Brief - Here is the task for the records below: repeat exactly the lines from the one with "v 0 -25.478 -1.718" to the one with "v 0 22.192 20.649", both included, and nothing else.

Saved entries:
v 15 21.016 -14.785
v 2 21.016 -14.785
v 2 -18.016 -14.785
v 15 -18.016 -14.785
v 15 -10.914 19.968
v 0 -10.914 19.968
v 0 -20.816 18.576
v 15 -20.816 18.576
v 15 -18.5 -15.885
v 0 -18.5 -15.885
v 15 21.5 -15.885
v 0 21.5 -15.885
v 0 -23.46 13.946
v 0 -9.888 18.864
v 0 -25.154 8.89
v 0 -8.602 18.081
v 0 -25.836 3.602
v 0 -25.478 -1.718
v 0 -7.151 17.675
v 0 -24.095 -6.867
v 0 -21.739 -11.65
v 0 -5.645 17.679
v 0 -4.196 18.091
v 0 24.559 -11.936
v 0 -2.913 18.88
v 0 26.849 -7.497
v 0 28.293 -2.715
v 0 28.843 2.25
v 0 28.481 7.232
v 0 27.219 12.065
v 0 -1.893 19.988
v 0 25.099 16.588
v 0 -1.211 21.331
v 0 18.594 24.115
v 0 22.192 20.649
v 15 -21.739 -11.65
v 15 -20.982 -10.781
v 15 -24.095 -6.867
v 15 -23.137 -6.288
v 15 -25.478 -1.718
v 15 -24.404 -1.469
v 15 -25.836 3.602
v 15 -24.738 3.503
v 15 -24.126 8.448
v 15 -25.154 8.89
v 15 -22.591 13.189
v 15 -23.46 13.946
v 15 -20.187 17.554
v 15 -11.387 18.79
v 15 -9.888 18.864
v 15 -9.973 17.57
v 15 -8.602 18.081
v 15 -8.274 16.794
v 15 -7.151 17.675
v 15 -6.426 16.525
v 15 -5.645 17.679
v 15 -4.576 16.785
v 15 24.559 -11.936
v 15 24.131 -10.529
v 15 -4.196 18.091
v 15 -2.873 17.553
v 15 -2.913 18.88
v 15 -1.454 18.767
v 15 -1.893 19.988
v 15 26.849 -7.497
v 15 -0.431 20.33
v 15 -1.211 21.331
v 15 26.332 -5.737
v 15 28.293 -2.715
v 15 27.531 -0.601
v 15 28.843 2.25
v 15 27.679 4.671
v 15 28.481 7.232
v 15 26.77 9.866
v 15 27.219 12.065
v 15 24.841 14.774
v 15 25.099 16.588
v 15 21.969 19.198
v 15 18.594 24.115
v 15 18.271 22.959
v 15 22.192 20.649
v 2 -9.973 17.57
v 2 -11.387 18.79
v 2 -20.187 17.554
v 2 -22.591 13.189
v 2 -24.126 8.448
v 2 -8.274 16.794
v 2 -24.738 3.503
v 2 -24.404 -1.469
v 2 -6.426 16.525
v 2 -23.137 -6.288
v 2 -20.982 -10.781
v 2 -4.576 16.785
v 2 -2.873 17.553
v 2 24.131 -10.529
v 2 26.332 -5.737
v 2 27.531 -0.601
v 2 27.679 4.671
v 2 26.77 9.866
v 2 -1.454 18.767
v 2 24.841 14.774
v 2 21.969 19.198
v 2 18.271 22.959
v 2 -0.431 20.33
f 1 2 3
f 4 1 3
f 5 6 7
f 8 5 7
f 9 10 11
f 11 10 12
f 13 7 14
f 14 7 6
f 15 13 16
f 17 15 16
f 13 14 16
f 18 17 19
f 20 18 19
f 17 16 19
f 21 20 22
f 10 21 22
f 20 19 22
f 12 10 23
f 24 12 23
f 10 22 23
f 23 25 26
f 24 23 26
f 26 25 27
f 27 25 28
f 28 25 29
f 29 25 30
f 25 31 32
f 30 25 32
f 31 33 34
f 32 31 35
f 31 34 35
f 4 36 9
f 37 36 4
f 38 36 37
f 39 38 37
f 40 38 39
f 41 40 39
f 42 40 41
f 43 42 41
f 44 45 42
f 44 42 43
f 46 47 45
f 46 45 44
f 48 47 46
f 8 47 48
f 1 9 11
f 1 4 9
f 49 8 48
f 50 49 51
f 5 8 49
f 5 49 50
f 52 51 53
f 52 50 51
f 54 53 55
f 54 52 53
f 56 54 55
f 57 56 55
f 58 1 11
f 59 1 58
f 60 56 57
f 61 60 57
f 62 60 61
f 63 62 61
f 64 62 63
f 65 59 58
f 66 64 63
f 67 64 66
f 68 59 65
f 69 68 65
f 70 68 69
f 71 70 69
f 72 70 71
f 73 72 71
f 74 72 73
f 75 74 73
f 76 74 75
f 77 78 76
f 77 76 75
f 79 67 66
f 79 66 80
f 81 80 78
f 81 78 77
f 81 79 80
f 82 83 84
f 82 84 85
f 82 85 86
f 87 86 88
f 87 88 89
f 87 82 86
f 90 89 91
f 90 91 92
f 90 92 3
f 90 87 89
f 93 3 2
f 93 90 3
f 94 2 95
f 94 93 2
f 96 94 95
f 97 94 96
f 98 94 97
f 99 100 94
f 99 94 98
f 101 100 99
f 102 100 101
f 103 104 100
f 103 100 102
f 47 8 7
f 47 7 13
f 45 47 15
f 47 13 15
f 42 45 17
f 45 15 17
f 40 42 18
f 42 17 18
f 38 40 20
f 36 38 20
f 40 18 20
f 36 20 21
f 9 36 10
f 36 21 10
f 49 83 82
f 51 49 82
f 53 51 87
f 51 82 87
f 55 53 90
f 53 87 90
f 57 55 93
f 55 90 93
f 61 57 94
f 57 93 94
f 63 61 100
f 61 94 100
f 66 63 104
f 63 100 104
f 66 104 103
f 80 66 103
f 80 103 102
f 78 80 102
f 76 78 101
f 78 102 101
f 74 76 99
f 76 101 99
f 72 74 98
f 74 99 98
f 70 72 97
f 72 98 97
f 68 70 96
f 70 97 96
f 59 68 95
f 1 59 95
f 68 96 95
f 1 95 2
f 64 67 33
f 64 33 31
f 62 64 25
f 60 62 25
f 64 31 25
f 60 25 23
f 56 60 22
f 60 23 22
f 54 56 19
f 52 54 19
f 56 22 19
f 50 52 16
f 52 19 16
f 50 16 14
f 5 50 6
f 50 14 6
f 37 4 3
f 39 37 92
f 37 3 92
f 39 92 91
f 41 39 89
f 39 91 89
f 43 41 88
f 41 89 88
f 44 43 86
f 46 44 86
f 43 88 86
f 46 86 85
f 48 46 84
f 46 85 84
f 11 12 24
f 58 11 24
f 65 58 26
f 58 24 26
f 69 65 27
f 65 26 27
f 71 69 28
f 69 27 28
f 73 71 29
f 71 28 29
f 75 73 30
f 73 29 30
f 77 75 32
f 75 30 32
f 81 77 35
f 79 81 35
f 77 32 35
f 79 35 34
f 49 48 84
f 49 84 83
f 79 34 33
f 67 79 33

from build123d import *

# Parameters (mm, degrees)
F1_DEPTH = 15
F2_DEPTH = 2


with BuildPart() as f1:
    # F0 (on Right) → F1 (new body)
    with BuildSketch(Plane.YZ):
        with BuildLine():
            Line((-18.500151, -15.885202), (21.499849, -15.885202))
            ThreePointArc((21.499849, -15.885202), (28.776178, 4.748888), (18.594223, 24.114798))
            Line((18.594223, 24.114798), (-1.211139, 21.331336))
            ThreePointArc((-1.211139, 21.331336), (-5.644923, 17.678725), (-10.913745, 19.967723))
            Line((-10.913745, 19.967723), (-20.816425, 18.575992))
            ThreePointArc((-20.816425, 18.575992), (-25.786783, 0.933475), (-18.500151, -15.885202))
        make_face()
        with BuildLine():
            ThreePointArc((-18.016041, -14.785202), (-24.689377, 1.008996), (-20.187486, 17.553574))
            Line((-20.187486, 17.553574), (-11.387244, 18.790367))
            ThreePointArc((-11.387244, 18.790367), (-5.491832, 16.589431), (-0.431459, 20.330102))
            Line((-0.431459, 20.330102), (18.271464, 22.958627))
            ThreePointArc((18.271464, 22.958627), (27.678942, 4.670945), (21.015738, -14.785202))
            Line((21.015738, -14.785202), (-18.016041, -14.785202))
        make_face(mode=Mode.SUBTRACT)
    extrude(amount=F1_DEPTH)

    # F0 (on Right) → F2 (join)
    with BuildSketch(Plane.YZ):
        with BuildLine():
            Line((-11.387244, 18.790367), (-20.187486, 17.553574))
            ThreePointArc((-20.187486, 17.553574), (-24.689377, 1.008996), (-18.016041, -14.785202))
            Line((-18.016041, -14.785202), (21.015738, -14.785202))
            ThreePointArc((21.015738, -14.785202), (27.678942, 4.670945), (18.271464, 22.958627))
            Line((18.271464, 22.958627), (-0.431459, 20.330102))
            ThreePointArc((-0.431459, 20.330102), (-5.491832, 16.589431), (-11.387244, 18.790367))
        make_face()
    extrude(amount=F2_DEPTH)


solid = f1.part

Written response -
v 0 -25.478 -1.718
v 0 -7.151 17.675
v 0 -24.095 -6.867
v 0 -21.739 -11.65
v 0 -5.645 17.679
v 0 -4.196 18.091
v 0 24.559 -11.936
v 0 -2.913 18.88
v 0 26.849 -7.497
v 0 28.293 -2.715
v 0 28.843 2.25
v 0 28.481 7.232
v 0 27.219 12.065
v 0 -1.893 19.988
v 0 25.099 16.588
v 0 -1.211 21.331
v 0 18.594 24.115
v 0 22.192 20.649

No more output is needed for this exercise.